The other crisis zone I see is the British archipelago. If we take Scotland, where independence movements are plebiscite, a large-scale adoption of the digital euro for payments could irritate the Crown, but on the other hand, banning the Euro when you have a stock exchange that works for Forex would be unthinkable. . Also in this case, we must ask ourselves how the arrival of the digital Euro can impact political relations.

Northern Ireland, which ideally should remain with the Pound after Brexit (but trade with Ireland is mainly in Euros) would be another major point of irritation.

Catalonia could also benefit from this. If they secede, they could simply switch to electronic money, and let the digital euro become de facto money. One less obstacle to independence.

If we enter the Mediterranean area, we see other notable monetary problems.

For one thing, there are free-falling coins like the Turkish lira. The Turks would pay to be able to instantly convert their lire into euros: the value of their savings is plummeting. Of course, the very rich Turks have already done it, but if this possibility became absolute and universal, the Turkish lira would hardly resist the impact. In addition there would be the remittances of millions of Turkish workers in Europe who would inevitably leave banks and money transfers to avoid transfer fees.

Still under the heading of migration, there are French remittances to Algeria and the fact that with the crisis the Maghreb coins (Morocco the only one excluded) are quite unstable. (Is there still a currency in Libya?). Here, too, the transition to a stronger currency would be difficult to stop.

Another problem is the state. In countries that control citizens a lot, many would like to have a currency that is outside the influence of their government. What does it mean?

Presumably this stablecoin will not share the entire ledger with anyone like bitcoin does. It would be completely against any European privacy legislation.
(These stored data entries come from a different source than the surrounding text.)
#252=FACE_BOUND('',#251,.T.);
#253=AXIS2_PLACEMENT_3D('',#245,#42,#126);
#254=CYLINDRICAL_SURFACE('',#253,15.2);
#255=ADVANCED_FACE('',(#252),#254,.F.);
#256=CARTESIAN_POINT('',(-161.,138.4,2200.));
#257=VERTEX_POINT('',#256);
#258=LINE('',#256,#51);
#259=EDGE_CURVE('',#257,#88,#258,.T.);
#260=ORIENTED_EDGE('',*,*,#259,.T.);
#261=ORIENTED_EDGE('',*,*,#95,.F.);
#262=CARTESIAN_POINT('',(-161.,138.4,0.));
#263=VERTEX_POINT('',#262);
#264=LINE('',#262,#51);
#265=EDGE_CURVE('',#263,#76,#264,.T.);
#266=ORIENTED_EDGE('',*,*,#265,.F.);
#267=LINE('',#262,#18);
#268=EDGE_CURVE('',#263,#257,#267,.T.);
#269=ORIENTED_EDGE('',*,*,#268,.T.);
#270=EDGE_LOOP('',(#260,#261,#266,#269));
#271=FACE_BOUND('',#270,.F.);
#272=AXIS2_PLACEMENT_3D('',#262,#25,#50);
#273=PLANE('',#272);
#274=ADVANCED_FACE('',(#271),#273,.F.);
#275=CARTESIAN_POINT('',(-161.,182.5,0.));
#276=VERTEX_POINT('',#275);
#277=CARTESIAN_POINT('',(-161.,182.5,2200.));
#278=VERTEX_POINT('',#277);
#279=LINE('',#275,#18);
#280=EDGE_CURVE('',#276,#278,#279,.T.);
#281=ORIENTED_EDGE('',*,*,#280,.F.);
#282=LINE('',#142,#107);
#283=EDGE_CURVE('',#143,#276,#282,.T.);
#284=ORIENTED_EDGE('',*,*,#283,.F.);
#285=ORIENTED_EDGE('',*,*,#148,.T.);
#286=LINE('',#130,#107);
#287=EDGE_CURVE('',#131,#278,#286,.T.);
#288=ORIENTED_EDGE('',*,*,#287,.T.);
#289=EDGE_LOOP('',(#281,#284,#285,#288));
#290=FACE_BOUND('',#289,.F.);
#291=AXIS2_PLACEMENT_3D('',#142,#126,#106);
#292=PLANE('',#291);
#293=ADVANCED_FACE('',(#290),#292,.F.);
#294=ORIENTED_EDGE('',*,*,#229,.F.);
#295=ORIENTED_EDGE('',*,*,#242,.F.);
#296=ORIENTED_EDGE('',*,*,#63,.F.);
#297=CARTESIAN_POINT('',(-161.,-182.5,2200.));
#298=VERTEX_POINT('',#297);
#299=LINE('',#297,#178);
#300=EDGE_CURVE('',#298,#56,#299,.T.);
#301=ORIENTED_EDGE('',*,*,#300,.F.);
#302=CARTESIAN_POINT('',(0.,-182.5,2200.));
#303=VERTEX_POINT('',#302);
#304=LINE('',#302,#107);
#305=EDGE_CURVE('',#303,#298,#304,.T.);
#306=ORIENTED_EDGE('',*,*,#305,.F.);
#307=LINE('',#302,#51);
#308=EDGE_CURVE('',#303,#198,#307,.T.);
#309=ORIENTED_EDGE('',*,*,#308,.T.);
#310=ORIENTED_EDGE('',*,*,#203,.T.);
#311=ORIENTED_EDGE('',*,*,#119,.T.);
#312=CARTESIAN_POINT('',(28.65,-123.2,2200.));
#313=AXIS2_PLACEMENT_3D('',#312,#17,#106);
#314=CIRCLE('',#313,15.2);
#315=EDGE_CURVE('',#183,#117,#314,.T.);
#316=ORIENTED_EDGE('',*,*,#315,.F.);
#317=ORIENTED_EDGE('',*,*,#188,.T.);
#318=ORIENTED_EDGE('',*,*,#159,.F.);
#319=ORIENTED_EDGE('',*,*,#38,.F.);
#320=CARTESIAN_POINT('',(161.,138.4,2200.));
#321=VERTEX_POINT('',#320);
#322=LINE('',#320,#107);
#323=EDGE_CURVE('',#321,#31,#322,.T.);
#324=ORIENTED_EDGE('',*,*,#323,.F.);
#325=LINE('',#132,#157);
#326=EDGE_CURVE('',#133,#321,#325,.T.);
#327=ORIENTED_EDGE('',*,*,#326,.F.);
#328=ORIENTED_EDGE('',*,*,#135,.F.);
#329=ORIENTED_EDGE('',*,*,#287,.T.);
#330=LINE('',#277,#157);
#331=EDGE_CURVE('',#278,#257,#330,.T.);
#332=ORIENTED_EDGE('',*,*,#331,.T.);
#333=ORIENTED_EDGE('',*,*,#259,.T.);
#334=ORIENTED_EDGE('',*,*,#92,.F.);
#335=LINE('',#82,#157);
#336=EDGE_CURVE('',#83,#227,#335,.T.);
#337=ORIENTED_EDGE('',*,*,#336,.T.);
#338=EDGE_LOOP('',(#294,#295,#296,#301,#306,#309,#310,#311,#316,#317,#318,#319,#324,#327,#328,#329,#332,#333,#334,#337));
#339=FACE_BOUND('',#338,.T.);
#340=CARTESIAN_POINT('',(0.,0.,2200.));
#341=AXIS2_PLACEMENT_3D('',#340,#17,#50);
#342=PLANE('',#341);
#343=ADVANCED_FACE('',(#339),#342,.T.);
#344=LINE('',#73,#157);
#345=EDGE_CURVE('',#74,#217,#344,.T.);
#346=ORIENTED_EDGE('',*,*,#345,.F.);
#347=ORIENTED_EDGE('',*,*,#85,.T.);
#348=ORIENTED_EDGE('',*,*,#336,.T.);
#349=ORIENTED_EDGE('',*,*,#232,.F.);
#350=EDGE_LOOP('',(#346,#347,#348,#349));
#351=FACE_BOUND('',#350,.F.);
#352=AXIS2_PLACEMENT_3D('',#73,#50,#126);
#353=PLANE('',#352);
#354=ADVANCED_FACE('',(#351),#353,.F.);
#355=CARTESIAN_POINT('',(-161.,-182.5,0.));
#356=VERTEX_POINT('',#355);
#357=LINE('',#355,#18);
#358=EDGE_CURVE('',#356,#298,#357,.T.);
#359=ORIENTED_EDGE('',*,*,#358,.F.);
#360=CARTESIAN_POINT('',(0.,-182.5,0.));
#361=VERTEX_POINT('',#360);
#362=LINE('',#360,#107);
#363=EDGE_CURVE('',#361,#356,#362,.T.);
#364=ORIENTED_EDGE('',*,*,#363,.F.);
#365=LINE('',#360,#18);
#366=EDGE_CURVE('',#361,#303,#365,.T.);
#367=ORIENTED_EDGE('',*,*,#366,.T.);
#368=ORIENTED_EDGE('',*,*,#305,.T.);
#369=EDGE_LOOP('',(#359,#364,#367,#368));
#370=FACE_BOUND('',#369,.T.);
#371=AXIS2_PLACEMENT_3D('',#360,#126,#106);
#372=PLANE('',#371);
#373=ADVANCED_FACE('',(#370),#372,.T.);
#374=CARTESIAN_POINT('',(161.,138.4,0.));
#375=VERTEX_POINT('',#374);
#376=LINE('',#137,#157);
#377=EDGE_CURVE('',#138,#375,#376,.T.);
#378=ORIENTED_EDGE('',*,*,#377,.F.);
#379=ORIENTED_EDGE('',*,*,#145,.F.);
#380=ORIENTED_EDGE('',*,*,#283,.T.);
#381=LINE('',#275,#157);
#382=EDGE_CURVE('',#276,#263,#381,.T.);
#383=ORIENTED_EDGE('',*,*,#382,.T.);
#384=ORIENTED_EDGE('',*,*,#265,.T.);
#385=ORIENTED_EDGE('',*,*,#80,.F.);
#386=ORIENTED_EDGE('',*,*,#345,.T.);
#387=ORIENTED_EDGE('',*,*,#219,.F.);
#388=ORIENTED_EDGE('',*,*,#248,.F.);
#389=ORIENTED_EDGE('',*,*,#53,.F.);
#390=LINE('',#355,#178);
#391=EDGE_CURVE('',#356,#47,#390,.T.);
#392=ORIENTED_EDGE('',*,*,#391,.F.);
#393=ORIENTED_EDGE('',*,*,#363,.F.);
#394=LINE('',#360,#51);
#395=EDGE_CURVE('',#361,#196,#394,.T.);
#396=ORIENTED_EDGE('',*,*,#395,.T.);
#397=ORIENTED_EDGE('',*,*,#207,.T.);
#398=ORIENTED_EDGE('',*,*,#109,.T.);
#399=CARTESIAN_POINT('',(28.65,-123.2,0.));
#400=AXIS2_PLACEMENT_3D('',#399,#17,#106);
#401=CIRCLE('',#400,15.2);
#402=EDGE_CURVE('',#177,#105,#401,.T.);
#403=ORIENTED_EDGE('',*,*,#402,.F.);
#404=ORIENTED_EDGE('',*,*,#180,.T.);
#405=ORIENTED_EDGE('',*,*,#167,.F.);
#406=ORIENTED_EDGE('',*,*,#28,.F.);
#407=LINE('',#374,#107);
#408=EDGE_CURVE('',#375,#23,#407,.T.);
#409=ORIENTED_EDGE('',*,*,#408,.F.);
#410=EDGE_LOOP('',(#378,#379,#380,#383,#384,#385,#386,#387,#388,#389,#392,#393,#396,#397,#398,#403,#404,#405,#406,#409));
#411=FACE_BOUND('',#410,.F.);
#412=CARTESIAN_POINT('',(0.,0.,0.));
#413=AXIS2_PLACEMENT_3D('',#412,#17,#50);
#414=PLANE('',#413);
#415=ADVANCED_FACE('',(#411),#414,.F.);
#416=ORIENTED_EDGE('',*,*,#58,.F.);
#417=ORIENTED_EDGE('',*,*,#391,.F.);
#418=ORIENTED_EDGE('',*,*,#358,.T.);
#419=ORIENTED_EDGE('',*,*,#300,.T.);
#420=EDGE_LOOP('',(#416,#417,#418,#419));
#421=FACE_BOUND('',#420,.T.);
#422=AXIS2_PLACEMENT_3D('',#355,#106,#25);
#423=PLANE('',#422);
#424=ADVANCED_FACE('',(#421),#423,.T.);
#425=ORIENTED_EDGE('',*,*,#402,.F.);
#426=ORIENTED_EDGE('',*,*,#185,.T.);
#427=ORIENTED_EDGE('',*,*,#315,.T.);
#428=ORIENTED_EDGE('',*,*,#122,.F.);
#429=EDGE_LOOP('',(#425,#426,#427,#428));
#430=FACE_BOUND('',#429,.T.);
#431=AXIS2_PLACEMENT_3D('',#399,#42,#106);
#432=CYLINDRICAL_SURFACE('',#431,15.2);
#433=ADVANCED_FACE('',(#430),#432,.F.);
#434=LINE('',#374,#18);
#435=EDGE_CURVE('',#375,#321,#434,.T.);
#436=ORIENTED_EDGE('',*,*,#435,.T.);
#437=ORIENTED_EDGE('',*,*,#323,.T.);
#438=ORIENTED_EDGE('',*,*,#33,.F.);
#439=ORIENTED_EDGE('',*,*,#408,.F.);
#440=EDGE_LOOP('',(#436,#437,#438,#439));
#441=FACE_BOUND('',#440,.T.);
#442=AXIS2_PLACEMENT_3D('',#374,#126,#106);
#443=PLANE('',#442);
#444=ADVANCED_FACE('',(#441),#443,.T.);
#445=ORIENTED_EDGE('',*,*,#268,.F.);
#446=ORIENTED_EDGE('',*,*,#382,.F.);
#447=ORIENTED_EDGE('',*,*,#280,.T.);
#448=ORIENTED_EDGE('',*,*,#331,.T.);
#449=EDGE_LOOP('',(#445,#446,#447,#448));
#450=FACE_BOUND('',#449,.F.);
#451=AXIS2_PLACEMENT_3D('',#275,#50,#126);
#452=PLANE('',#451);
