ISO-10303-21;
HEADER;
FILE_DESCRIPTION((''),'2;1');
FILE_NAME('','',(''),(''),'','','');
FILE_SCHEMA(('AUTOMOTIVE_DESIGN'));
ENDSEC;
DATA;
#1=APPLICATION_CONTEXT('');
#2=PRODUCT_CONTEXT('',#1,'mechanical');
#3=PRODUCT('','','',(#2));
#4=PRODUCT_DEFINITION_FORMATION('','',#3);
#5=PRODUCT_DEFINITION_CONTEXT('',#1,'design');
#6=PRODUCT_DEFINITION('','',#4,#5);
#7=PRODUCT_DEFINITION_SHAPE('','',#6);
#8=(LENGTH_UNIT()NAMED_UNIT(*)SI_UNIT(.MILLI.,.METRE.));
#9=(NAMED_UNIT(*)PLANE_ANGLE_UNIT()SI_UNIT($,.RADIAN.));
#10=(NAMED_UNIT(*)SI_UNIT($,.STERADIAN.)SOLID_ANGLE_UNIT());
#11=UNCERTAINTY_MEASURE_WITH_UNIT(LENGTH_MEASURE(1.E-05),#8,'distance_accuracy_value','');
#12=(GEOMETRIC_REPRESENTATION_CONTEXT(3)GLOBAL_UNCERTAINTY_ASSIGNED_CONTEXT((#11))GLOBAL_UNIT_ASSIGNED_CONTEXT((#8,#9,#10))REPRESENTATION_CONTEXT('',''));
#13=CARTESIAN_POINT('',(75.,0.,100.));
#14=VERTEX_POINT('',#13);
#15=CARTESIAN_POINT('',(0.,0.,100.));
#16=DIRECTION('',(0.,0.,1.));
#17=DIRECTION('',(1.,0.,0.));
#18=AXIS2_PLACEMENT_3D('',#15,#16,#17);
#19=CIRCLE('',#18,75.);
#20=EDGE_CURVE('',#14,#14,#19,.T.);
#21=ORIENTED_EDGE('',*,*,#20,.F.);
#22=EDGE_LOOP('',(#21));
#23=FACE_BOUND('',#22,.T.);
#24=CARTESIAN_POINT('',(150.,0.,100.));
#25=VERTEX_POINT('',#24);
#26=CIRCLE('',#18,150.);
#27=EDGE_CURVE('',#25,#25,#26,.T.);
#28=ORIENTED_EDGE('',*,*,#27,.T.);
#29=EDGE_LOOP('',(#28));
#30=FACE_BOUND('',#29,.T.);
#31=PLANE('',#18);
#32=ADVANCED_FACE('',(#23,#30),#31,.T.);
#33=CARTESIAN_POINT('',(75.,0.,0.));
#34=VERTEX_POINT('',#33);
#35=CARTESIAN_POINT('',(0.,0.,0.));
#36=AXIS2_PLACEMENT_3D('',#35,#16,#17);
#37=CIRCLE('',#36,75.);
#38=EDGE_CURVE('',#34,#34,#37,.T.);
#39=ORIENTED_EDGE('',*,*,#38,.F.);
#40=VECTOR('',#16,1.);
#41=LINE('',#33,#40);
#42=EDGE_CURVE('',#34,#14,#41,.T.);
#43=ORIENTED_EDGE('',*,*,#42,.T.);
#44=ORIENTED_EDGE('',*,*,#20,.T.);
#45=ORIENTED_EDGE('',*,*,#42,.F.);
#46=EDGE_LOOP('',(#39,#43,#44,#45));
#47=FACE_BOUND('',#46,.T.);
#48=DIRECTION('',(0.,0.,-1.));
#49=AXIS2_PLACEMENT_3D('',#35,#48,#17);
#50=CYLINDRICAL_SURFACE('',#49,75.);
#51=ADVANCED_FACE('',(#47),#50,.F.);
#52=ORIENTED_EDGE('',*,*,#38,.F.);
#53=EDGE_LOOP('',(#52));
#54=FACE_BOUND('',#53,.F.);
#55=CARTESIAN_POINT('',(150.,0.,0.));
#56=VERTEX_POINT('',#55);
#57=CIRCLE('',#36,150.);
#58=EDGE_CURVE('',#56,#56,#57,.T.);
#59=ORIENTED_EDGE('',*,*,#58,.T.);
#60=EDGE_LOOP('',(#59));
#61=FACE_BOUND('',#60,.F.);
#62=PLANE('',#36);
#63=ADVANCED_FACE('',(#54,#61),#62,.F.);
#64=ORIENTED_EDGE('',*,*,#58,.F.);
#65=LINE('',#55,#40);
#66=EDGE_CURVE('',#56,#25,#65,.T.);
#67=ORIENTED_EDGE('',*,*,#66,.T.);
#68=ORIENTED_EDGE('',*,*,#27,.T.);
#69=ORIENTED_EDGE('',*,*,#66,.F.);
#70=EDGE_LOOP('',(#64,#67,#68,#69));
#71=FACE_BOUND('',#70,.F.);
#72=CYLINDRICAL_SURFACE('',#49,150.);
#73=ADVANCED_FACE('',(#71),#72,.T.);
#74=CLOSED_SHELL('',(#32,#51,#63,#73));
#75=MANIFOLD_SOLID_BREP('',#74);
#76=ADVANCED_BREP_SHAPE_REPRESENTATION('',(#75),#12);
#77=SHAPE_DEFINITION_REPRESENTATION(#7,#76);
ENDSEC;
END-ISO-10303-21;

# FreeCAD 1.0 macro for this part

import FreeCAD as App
import Part
import Sketcher

doc = App.newDocument("Part")
params = doc.addObject("Spreadsheet::Sheet", "Params")
for row, (alias, value) in enumerate([
    ("pad1_length", "55.372 mm"),
    ("sketch2_diameter", "300 mm"),
    ("sketch2_diameter2", "150 mm"),
    ("pad2_length", "100 mm"),
], start=1):
    params.set(f"A{row}", alias)
    params.set(f"B{row}", "=" + value)
    params.setAlias(f"B{row}", alias)

body = doc.addObject("PartDesign::Body", "Body")

sketch1 = body.newObject("Sketcher::SketchObject", "Sketch")
sketch1.AttachmentSupport = (doc.getObject("XY_Plane"), [""])
sketch1.MapMode = "FlatFace"
sketch1.addGeometry(Part.Circle(App.Vector(0, -4, 0), App.Vector(0, 0, 1), 28), False)
sketch1.addConstraint([
    Sketcher.Constraint("PointOnObject", 0, 3, -2),
    Sketcher.Constraint("Diameter", 0, 55.839994),
    Sketcher.Constraint("DistanceY", 0, 3, -1, 1, 4.458216),
])
pad1 = body.newObject("PartDesign::Pad", "Pad")
pad1.Profile = sketch1
pad1.setExpression("Length", "Params.pad1_length")
body2 = doc.addObject("PartDesign::Body", "Body001")

sketch2 = body2.newObject("Sketcher::SketchObject", "Sketch001")
sketch2.AttachmentSupport = (doc.getObject("XY_Plane001"), [""])
sketch2.MapMode = "FlatFace"
sketch2.addGeometry([
    Part.Circle(App.Vector(0, 0, 0), App.Vector(0, 0, 1), 150),
    Part.Circle(App.Vector(0, 0, 0), App.Vector(0, 0, 1), 75),
], False)
sketch2.addConstraint([
    Sketcher.Constraint("Coincident", 0, 3, -1, 1),
    Sketcher.Constraint("Coincident", 1, 3, -1, 1),
    Sketcher.Constraint("Diameter", 0, 300.0),
    Sketcher.Constraint("Diameter", 1, 150.0),
])
sketch2.setExpression("Constraints[2]", "Params.sketch2_diameter")
sketch2.setExpression("Constraints[3]", "Params.sketch2_diameter2")
pad2 = body2.newObject("PartDesign::Pad", "Pad001")
pad2.Profile = sketch2
pad2.setExpression("Length", "Params.pad2_length")
body.Visibility = False

doc.recompute()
Consequently, the only entity to have a transaction ledger will be the ECB (and presumably a copy in every central bank in the euro area, using a dedicated network). For a foreign citizen (Ukrainian, Turkish, Egyptian) who wants to hide their transactions from the local government, this would be very attractive.

By this I mean one thing: the impact of digital currency, if it becomes a StableCoin and not (as it initially seemed) a mere debit card, they are not just cheap.

They are political, and they are enormous in scope.

The economies of the US, EU and China are big enough to crush smaller economies by effectively imposing their own currency, just because the inhabitants would prefer it . I am not considering the idea of ​​creating a local currency starting from a portfolio of other virtual currencies, which would be even more stable, but also just the idea that a Turk or a Russian, afraid of the instability of their own currency, can putting your hand on your credit card and buying other currencies (and spending them locally) becomes another terrain of political and geopolitical conflict.

I don't know how World War III will be fought, but I do know that the winner will be measured in Exabytes per second.